The N3C notice puts it another way: “The role of the honest broker is to stand as a neutral intermediary between the sources of clinical data for the warehouse and the warehouse itself to ensure the privacy and confidentiality of the data itself.”

The future vendor must have “extensive expertise as an honest data broker,” with specific experience enabling sharing of and collaboration around clinical and research data. The contractor must also be able to move fast, as NIH expects the honest broker services to be stood up “immediately.”
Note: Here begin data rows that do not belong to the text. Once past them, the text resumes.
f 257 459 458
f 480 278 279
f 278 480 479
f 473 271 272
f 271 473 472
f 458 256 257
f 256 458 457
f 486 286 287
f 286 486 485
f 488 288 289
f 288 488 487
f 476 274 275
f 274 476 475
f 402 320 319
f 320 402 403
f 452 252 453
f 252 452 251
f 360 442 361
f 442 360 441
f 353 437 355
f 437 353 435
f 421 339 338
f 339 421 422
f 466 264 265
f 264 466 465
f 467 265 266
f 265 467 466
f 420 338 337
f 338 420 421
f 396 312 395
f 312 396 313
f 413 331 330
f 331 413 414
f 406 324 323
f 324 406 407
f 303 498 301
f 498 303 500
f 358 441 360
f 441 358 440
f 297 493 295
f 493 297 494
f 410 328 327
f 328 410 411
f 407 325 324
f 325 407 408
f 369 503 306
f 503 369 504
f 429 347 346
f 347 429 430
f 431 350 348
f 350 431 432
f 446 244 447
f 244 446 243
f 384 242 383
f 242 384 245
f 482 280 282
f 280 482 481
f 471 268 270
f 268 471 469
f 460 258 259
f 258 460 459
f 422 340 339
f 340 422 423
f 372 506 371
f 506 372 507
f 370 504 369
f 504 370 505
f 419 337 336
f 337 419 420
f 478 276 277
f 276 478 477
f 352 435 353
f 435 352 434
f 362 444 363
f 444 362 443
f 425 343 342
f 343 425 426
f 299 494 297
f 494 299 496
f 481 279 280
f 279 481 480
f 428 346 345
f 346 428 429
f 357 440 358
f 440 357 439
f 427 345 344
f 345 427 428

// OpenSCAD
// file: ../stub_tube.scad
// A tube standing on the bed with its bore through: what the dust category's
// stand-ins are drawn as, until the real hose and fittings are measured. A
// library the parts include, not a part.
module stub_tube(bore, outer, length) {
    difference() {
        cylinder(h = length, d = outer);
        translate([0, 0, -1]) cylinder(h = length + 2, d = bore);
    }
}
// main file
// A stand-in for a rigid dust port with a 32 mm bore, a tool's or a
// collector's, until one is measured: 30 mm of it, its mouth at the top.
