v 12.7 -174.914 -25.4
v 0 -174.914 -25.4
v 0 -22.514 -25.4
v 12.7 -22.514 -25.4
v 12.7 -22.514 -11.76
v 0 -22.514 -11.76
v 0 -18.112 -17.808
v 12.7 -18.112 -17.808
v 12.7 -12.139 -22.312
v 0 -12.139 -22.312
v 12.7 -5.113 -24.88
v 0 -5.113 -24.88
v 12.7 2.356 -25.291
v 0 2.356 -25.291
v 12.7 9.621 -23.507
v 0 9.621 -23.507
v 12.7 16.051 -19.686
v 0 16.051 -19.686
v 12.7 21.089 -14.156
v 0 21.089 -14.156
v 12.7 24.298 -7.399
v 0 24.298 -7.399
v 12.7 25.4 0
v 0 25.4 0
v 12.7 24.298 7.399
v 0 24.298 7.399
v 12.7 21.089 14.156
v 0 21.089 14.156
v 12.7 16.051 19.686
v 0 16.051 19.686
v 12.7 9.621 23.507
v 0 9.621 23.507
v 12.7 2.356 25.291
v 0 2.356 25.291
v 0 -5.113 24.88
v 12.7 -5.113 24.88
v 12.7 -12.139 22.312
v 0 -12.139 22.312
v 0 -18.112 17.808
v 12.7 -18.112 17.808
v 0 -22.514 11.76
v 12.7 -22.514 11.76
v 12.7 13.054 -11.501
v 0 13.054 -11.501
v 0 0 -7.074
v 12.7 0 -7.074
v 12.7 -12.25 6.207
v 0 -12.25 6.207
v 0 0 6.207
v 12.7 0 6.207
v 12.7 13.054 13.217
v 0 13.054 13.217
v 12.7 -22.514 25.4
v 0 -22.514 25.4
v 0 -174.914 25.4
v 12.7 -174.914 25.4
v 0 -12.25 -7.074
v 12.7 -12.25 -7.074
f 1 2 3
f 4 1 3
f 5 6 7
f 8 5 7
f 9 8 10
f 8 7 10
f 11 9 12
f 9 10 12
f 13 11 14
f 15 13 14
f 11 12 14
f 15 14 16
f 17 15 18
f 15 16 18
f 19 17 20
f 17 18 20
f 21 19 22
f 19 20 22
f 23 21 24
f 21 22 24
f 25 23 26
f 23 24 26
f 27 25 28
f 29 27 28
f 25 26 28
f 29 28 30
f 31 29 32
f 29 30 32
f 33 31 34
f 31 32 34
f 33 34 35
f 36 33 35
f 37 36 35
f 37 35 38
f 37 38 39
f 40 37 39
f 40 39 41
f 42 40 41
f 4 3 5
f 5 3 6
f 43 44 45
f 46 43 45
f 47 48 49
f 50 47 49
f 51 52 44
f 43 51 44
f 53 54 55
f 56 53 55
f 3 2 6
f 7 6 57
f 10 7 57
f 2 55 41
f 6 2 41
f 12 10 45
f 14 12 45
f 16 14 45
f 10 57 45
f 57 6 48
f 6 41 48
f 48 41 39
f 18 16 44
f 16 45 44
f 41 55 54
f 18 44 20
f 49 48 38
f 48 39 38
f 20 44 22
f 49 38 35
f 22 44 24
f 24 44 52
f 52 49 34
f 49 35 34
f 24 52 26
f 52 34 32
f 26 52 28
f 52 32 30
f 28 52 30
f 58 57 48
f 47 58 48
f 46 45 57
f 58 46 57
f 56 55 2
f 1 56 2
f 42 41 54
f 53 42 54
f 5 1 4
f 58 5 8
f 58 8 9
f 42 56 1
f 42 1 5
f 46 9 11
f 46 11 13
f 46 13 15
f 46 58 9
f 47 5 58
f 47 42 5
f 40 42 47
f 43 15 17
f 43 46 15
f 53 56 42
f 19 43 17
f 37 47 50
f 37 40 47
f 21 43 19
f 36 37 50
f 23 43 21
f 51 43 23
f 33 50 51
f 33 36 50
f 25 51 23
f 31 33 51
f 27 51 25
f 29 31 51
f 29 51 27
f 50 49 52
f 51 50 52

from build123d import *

# Parameters (mm, degrees)
F1_DEPTH = 12.7


# Not quite as in the source:
# - the program builds the solid bodies; features that only make, move or delete a surface that nothing else refers to are left out


with BuildPart() as f1:
    # F0 (on Right) → F1 (new body)
    with BuildSketch(Plane.YZ):
        with BuildLine():
            Line((-22.5137730746, 11.7596777994), (-22.5137730746, 25.4))
            Line((-22.5137730746, 25.4), (-174.9137730746, 25.4))
            Line((-174.9137730746, 25.4), (-174.9137730746, -25.4))
            Line((-174.9137730746, -25.4), (-22.5137730746, -25.4))
            Line((-22.5137730746, -25.4), (-22.5137730746, -11.7596777994))
            ThreePointArc((-22.5137730746, -11.7596777994), (25.4, 0), (-22.5137730746, 11.7596777994))
        make_face()
        Polygon((-12.2498031706, -7.0739961229), (-12.2498031706, 6.2070912682), (0, 6.2070912682), (13.0541240796, 13.2165625691), (13.0541240796, -11.5010300651), (0, -7.0739961229), align=None, mode=Mode.SUBTRACT)
    extrude(amount=F1_DEPTH)


solid = f1.part
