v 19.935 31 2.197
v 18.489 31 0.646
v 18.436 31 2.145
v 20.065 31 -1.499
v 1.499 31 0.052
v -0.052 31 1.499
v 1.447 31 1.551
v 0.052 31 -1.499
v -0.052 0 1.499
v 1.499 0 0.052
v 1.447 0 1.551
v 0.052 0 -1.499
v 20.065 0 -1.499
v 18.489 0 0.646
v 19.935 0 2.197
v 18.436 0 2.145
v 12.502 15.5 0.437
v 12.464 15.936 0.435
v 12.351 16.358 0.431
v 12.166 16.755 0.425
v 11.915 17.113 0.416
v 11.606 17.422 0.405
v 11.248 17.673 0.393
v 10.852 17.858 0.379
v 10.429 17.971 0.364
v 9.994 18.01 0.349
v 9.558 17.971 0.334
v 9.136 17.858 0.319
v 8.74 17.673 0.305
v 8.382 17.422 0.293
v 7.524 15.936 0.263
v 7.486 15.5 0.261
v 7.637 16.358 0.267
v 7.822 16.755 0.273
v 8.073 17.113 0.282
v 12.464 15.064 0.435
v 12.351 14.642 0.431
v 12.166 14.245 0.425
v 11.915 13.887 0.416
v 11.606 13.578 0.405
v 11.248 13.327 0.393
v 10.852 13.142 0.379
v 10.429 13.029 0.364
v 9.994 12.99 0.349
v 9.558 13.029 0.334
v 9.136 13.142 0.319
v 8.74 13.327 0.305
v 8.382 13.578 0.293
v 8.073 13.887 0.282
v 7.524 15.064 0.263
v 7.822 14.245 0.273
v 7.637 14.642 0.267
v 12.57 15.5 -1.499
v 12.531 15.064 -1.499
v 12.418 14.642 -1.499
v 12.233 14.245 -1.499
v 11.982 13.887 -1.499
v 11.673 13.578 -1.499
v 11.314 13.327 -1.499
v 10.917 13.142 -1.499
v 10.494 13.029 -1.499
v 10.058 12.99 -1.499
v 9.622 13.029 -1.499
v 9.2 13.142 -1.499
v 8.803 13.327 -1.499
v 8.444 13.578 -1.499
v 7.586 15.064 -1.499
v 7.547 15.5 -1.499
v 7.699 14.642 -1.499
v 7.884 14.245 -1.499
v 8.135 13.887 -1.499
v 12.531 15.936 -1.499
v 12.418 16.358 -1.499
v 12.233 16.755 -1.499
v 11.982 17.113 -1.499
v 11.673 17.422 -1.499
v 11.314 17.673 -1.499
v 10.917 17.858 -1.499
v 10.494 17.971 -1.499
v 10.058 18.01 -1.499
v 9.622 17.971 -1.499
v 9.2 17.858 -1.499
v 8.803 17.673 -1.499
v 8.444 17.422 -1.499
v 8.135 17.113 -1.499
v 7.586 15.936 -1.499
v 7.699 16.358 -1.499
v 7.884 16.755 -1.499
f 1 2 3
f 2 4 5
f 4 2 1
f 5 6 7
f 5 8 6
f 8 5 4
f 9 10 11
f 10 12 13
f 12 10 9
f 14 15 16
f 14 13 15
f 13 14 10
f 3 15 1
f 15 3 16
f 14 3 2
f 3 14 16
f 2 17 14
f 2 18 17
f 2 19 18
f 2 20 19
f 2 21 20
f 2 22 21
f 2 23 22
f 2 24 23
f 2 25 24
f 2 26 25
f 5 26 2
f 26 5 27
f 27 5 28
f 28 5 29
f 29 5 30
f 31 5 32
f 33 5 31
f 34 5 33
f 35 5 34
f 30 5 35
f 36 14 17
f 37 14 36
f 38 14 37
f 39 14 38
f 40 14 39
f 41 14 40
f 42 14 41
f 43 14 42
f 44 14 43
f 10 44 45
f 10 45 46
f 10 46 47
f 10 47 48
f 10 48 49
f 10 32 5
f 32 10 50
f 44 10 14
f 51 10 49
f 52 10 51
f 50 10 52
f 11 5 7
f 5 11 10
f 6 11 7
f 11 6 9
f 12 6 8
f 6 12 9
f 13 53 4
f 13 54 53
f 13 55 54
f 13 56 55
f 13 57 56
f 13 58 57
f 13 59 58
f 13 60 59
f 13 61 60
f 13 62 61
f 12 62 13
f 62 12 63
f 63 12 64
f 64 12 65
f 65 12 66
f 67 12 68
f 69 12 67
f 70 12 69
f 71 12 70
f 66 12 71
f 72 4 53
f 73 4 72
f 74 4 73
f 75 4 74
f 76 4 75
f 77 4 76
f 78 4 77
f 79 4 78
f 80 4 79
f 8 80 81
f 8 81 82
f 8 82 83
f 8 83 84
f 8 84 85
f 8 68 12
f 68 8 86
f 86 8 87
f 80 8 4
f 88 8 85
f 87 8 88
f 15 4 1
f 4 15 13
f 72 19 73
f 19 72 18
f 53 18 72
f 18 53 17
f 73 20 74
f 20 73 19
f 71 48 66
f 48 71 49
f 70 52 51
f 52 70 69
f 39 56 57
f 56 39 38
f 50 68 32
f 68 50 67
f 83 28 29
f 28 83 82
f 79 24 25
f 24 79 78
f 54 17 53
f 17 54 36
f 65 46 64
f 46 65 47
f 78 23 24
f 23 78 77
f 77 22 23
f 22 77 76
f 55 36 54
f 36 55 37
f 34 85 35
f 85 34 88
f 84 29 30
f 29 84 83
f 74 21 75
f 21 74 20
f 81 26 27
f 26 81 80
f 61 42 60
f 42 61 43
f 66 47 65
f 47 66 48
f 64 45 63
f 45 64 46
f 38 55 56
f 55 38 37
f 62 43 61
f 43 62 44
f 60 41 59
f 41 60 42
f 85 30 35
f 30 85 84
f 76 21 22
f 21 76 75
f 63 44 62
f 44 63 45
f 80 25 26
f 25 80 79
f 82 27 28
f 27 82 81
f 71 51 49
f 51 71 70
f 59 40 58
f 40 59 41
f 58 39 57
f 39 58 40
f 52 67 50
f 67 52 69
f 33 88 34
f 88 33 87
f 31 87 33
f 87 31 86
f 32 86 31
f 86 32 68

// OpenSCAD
rake_angle = 2; // Ceiling or rafter angle in degrees
seat_height = 1.5; // How tall should seating ridges be in mm
seat_width = 1.5; // How wide should seating ridges be on either side of shim
min_shim_depth = 1.5; // Minimum depth of the shim, not including seat part
rotate_shim = true; // Orientates shim horizontally for faster printing

/* [ Hidden ] */
$fn = 36;
vidga_length = 31;
vidga_width = 17;
vidga_screw_diameter = 5;
vidga_screw_radius = vidga_screw_diameter / 2;

shim_width = vidga_width + (2 * seat_width);
shim_length = vidga_length;

// from wiki  https://en.wikibooks.org/wiki/OpenSCAD_User_Manual/undersized_circular_objects
module cylinder_outer(height,radius){
   fudge = 1/cos(180/$fn);
   cylinder(h=height,r=radius*fudge);}

// tan(x) * A = O
opposite_length = tan(rake_angle) * shim_width;

// draw out the shim, then extrude
points = [
    [0, -min_shim_depth],
    [shim_width, -min_shim_depth - opposite_length],
    [shim_width, seat_height],
    [shim_width - seat_width, seat_height],
    [shim_width - seat_width, 0],
    [seat_width, 0],
    [seat_width, seat_height],
    [0, seat_height]
];

rotate([
   0,
      rotate_shim ? -rake_angle : 0,
   0
   ]) difference() {
    translate([0, shim_length, 0]) rotate([90, 0, 0]) linear_extrude(shim_length) polygon(points);

    // make a hole for the screw
    translate([shim_width / 2, shim_length /2, -opposite_length -min_shim_depth]) cylinder_outer(opposite_length + min_shim_depth, vidga_screw_radius);
}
NIH is expecting a quick turnaround on this contract, with an anticipated period of performance from Aug. 1 through Dec. 31, 2020.

Responses to the RFI are due by 8 a.m. Aug. 3, and should include information on staff expertise; current capabilities; prior work of a similar nature; management and senior level experience; and “examples of prior contracts, grants or other arrangements whereby you provided honest data broker services involving clinical data.”